It was a week before Easter, and finally the doctor told us dad would have to have a lung biopsy to see what was really going on. No problem I thought, soon we’ll have some answers. By this time, dad had a heavy duty oxygen mask on that covered his whole face, and couldn’t talk much as he was concentrating on breathing. My mother and four out us seven children waited patiently in the waiting room for what seemed like hours. Finally, I went upstairs to his room in ICU, and he was there. Thank God, it was over, but he was on a vent. We didn’t quite understand that, and questioned the doctor and he claimed he would be off of it by the evening.

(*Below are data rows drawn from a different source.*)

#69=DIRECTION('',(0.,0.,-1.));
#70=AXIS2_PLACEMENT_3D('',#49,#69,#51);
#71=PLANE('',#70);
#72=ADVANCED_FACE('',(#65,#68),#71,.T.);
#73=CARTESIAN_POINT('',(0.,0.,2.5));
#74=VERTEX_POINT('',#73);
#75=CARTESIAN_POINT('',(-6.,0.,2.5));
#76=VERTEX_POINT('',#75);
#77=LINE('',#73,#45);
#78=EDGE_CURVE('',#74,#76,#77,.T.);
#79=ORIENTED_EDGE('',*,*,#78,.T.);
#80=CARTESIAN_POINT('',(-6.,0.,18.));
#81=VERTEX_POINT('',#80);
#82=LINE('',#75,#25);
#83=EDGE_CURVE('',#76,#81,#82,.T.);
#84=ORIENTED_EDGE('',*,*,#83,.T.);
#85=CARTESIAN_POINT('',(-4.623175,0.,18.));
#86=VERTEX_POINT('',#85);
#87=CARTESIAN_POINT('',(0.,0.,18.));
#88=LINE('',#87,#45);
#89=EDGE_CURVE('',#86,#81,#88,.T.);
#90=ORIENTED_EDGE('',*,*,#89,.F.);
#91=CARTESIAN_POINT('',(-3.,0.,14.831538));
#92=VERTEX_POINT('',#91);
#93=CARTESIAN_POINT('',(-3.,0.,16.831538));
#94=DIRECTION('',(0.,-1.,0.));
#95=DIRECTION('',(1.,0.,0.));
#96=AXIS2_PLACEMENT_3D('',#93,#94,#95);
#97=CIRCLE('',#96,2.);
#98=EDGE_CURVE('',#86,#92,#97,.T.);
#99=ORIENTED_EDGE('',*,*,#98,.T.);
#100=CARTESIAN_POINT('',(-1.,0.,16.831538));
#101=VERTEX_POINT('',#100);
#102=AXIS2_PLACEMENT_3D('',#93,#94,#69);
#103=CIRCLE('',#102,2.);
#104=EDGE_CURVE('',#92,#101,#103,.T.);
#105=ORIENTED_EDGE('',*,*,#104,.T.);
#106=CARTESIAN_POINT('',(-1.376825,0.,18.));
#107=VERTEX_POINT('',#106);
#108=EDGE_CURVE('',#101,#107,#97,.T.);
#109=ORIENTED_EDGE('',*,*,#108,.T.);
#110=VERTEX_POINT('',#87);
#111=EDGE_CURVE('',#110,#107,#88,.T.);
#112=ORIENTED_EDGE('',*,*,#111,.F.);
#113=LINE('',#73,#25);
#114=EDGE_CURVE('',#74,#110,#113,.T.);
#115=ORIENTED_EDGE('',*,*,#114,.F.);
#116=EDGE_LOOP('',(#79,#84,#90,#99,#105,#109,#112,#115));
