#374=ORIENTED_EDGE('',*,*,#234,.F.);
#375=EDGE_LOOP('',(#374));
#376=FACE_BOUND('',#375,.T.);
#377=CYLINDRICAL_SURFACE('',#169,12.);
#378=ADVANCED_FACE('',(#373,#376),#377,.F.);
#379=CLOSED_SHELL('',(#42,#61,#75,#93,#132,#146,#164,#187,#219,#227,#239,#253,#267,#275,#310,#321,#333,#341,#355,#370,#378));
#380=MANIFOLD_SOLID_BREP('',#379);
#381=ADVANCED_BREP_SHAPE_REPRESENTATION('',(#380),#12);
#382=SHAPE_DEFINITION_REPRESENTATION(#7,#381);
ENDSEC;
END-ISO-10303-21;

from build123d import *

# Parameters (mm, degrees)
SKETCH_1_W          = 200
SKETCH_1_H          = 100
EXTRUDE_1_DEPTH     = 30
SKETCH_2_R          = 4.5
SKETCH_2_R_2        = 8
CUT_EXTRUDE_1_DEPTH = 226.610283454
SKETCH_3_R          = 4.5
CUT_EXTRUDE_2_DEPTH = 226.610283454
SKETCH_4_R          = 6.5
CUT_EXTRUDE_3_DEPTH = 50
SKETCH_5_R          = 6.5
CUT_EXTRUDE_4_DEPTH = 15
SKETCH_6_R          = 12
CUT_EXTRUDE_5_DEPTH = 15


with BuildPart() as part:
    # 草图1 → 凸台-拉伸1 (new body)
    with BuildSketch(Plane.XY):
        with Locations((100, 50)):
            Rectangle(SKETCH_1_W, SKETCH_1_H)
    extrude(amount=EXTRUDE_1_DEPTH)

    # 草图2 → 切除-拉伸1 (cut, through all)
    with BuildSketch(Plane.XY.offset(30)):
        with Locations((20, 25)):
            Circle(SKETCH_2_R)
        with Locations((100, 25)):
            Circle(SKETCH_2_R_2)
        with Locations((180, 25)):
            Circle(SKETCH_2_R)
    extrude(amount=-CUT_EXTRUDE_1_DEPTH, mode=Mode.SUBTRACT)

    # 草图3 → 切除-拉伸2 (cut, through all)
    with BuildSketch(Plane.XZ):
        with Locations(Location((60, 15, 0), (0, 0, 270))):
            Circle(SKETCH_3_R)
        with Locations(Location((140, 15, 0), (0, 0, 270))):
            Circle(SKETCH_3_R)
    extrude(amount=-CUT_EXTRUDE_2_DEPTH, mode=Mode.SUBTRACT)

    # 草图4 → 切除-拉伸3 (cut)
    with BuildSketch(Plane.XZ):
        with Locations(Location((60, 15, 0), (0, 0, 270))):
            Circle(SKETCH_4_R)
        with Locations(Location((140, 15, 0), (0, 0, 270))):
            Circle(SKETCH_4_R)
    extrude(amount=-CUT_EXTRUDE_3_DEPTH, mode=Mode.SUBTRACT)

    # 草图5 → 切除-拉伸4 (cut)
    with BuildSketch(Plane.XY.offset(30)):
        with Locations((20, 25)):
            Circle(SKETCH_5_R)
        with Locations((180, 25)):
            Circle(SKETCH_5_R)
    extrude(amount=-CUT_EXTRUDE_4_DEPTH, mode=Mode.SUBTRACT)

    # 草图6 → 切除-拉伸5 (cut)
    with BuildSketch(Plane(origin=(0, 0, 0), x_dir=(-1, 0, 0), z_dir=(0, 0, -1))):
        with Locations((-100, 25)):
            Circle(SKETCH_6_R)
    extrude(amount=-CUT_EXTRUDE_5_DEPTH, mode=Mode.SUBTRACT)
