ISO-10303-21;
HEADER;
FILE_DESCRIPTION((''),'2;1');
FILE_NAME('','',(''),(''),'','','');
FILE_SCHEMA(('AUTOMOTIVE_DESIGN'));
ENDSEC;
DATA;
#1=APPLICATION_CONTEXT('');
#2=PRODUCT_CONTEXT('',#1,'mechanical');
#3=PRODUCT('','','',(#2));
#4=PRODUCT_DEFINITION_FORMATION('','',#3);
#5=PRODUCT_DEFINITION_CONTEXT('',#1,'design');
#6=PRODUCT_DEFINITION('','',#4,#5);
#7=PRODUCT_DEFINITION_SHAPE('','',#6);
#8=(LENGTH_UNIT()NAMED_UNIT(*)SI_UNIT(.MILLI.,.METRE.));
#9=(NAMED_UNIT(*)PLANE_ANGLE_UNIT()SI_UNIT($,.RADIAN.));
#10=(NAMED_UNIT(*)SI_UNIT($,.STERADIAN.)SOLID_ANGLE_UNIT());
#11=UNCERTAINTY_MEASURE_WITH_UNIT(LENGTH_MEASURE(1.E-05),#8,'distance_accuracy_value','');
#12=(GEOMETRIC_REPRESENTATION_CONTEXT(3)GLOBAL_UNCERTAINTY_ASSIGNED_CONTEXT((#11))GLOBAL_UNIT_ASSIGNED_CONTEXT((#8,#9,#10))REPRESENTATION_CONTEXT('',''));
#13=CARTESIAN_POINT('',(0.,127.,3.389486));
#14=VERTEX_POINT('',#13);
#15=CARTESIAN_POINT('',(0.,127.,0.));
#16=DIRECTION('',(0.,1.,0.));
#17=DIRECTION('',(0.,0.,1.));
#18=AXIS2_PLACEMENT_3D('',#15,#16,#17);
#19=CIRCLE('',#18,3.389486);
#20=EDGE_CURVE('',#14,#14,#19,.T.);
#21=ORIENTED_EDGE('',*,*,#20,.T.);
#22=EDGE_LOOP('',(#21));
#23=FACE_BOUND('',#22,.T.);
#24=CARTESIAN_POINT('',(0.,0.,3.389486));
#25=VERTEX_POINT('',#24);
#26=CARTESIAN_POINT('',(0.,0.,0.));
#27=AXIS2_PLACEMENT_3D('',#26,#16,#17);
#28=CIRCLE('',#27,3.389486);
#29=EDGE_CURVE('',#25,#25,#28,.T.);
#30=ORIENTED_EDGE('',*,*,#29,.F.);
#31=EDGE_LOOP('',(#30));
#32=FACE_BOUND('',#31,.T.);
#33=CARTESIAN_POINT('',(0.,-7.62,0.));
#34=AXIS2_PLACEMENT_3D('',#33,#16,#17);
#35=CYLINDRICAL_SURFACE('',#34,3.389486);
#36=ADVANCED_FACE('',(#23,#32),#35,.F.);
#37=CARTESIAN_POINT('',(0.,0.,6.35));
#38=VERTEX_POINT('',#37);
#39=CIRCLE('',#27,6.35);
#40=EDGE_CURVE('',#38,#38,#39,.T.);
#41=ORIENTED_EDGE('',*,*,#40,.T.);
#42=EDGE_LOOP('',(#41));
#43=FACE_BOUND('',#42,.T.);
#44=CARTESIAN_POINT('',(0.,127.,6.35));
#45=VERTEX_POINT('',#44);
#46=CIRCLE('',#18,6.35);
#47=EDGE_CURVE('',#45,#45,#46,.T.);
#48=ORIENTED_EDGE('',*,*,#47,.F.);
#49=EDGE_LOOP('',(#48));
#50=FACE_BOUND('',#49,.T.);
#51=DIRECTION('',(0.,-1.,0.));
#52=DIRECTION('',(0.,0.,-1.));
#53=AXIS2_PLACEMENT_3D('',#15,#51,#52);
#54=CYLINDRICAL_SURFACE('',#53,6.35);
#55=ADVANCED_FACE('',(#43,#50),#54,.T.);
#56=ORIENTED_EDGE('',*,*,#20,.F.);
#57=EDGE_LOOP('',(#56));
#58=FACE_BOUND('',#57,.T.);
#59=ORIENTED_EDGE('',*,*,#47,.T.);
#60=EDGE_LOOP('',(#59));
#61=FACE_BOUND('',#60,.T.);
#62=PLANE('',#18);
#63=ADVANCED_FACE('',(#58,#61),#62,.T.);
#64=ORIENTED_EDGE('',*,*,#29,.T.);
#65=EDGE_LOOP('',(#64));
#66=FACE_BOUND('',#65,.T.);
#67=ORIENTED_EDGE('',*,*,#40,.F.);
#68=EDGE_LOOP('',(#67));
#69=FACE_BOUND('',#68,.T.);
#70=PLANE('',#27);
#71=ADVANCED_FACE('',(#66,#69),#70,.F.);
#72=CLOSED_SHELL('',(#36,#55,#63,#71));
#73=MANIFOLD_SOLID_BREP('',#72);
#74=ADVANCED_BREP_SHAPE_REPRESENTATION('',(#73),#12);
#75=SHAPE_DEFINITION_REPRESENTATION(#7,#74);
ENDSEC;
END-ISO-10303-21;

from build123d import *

# Parameters (mm, degrees)
SKETCH1_R           = 6.35
BOSS_EXTRUDE2_DEPTH = 127
SKETCH2_R           = 3.38948585
CUT_EXTRUDE1_DEPTH  = 134.62


with BuildPart() as part:
    # Sketch1 → Boss-Extrude2 (new body)
    with BuildSketch(Plane(origin=(0, 0, 0), x_dir=(1, 0, 0), z_dir=(0, 1, 0))):
        with Locations(Location((0, 0, 0), (0, 0, 270))):
            Circle(SKETCH1_R)
    extrude(amount=BOSS_EXTRUDE2_DEPTH)

    # Sketch2 → Cut-Extrude1 (cut)
    with BuildSketch(Plane(origin=(0, 127, 0), x_dir=(1, 0, 0), z_dir=(0, 1, 0))):
        with Locations(Location((0, 0, 0), (0, 0, 270))):
            Circle(SKETCH2_R)
    extrude(amount=-CUT_EXTRUDE1_DEPTH, mode=Mode.SUBTRACT)


solid = part.part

The next morning, the doctor told my mother we would have to decide when to pull the plug (so to speak), because they tried several times to take dad off the vent and his vitals dropped. This was the beginning of Easter week. The doctor told mother dad was dying of Fibrosis of the lungs. This was the first we heard the word dying! What the heck happened? I want to talk to my dad again, please dad, open your eyes just once more, please! I didn’t want to leave him that night; mom had decided to wait until after Easter to take him off the vent. The doctor didn’t tell us anything different and told us to go home and get some rest.

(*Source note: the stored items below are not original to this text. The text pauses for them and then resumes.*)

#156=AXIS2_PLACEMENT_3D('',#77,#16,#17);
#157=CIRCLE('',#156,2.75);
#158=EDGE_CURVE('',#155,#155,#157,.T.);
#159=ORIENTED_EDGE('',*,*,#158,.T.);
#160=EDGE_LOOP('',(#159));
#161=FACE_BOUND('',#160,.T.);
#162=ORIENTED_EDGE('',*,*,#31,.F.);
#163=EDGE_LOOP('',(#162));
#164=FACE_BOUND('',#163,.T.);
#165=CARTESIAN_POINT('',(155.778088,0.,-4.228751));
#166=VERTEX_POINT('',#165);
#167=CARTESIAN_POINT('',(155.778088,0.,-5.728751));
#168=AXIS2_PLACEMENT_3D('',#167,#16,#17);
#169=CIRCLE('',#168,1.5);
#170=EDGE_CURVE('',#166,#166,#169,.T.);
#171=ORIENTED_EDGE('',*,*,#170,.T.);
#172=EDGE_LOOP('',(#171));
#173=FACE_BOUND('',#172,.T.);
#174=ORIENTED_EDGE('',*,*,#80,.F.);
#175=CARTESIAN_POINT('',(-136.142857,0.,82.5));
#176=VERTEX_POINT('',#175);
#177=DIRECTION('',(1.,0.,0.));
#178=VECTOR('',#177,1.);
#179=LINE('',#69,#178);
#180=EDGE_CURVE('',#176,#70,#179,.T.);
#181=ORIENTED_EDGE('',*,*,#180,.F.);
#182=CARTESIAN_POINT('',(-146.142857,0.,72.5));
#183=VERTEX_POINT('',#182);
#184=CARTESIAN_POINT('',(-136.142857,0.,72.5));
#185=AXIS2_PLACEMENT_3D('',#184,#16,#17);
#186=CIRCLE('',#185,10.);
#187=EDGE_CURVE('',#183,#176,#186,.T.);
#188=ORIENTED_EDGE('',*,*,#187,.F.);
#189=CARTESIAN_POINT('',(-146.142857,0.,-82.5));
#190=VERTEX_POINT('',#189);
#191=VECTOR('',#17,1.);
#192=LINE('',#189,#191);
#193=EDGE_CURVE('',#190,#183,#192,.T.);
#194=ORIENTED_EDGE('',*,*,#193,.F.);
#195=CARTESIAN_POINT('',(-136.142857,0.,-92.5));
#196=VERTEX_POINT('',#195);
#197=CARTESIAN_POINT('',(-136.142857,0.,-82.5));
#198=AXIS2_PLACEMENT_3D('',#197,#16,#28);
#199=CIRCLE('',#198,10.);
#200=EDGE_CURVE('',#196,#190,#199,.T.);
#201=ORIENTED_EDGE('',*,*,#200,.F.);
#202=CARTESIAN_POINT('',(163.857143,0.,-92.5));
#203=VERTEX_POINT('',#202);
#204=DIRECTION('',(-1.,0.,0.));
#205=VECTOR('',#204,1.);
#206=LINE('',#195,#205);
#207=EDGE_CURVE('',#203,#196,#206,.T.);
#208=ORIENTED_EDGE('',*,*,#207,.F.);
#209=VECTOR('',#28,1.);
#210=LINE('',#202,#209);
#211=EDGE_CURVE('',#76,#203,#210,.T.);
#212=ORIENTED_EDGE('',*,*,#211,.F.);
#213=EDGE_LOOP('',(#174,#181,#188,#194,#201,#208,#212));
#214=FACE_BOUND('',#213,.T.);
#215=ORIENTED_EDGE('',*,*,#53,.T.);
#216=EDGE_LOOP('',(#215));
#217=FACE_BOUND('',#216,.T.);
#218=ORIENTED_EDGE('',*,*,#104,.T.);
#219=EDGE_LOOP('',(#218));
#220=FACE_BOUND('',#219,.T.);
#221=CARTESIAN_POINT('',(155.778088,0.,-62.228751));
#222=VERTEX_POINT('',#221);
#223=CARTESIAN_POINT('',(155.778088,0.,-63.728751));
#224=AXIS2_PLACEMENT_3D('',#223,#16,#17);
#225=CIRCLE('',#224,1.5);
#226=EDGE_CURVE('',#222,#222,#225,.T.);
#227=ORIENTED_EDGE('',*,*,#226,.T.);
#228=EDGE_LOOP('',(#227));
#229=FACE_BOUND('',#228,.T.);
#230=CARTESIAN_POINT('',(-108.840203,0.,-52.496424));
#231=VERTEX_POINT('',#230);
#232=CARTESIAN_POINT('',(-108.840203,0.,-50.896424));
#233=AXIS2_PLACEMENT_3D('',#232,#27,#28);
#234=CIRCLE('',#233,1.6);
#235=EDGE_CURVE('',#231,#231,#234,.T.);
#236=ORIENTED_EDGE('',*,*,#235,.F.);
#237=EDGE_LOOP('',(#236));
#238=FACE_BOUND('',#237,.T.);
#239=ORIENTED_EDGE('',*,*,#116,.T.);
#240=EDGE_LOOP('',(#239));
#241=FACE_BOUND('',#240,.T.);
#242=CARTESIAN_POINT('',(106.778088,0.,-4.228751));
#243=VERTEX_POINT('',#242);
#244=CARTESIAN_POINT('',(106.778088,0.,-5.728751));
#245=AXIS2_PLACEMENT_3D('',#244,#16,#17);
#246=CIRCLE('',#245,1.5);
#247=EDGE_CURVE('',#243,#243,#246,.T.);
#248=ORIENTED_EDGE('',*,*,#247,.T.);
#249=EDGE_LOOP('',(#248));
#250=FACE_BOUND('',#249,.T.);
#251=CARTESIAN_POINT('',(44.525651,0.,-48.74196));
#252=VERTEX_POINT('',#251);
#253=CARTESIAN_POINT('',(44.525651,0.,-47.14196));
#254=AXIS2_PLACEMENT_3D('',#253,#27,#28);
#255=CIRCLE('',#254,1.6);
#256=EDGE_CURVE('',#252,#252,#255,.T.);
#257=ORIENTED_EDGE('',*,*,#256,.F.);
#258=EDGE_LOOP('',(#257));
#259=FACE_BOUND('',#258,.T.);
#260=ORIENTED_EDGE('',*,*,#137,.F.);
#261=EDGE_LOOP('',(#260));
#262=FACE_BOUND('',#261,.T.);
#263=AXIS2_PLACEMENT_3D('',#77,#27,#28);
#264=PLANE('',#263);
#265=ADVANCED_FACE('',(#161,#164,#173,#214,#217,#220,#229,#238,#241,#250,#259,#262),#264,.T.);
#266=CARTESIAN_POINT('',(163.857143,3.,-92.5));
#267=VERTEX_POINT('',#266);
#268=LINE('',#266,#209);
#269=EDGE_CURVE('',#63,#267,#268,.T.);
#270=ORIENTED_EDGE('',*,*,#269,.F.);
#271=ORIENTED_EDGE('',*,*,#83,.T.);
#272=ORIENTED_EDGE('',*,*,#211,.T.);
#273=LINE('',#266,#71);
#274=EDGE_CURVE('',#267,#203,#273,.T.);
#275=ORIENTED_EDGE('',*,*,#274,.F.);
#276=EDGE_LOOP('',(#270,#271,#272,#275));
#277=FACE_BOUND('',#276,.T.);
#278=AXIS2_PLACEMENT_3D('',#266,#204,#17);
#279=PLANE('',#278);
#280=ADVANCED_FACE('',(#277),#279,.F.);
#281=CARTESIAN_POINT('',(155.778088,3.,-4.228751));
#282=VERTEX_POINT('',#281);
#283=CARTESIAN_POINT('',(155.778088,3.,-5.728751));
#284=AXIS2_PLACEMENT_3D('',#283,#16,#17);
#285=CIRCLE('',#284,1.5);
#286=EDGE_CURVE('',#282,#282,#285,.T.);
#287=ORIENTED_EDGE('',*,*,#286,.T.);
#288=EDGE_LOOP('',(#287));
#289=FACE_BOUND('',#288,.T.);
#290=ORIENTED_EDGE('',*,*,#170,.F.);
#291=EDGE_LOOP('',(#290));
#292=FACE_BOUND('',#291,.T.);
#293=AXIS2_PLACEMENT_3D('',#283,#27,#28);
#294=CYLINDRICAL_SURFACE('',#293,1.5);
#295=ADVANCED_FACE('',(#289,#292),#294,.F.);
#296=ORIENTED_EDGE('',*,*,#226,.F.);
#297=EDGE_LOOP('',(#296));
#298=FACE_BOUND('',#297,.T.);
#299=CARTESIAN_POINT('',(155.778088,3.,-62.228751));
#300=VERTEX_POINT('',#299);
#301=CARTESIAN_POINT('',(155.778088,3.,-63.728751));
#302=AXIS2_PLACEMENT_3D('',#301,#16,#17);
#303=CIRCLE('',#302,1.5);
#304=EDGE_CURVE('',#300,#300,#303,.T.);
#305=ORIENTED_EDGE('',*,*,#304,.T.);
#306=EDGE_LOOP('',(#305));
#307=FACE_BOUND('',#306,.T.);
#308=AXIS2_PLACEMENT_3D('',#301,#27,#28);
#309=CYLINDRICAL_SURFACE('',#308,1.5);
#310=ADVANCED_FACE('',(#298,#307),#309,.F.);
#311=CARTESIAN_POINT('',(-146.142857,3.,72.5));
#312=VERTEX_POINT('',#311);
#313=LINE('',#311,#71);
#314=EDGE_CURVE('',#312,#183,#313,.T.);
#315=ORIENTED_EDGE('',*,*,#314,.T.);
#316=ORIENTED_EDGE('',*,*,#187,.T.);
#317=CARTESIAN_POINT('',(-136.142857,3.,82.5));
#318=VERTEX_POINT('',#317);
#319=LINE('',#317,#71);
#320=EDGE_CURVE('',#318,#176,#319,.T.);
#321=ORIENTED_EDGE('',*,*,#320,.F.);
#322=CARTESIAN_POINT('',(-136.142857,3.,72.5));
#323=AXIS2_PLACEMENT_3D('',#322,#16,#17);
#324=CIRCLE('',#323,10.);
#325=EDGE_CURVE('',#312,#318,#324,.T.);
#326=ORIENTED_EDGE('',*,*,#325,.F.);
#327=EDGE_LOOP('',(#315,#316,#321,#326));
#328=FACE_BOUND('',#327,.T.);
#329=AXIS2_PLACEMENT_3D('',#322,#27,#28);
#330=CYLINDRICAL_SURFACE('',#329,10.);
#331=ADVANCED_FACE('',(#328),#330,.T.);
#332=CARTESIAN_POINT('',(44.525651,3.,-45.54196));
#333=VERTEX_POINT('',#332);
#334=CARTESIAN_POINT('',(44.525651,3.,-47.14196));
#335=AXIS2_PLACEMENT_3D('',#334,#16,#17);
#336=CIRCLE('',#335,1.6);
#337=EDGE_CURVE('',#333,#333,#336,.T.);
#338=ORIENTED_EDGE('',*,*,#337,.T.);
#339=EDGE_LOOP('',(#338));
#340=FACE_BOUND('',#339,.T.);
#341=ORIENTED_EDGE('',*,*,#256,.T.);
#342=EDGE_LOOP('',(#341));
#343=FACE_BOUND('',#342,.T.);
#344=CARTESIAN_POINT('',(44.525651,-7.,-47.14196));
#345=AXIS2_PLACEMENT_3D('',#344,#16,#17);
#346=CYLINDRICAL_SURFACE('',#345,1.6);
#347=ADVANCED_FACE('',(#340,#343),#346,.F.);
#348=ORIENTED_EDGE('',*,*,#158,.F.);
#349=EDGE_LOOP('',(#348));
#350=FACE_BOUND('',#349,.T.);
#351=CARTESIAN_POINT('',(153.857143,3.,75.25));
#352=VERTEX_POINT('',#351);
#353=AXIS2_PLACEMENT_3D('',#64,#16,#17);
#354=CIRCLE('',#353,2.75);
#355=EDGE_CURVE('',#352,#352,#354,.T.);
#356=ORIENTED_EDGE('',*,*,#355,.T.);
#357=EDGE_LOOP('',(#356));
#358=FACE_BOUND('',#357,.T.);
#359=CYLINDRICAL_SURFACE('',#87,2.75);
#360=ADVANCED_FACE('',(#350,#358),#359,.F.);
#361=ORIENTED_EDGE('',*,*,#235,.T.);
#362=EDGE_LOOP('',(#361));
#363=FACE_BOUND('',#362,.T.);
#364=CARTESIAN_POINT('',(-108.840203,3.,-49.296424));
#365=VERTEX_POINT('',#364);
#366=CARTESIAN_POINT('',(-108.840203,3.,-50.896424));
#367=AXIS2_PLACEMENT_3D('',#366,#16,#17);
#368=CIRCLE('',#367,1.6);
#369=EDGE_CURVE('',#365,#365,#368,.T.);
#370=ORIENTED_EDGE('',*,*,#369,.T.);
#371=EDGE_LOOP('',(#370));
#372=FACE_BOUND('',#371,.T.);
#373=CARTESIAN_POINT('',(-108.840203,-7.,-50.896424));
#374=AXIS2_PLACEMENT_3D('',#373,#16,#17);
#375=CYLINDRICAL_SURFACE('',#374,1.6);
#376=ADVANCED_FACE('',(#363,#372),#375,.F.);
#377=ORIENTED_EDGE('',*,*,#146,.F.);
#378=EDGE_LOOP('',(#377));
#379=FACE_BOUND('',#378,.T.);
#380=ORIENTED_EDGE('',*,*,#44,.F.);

I received a phone call from my mom at 3:00 am, saying dad was restless and they said we should come up to the hospital. I flew out the door from home and when I arrived with the others from my family, they said it was too late; dad’s heart gave out on him. I remember slipping my hands under him to feel his body as it was quickly getting cold but his backside still warm from life, as mom’s upper body fell, draped over his and sobbed. All I wanted was to see dad’s big brown eyes once more, but God had different plans and had called him home. This happened on Maundy Thursday of Holy Week, and we waited until the Monday following Easter to have his funeral. Easter was celebrated at a friend’s bed and breakfast for our family, and was somber but joyful knowing our earthly father was celebrating the resurrection in style with JESUS himself.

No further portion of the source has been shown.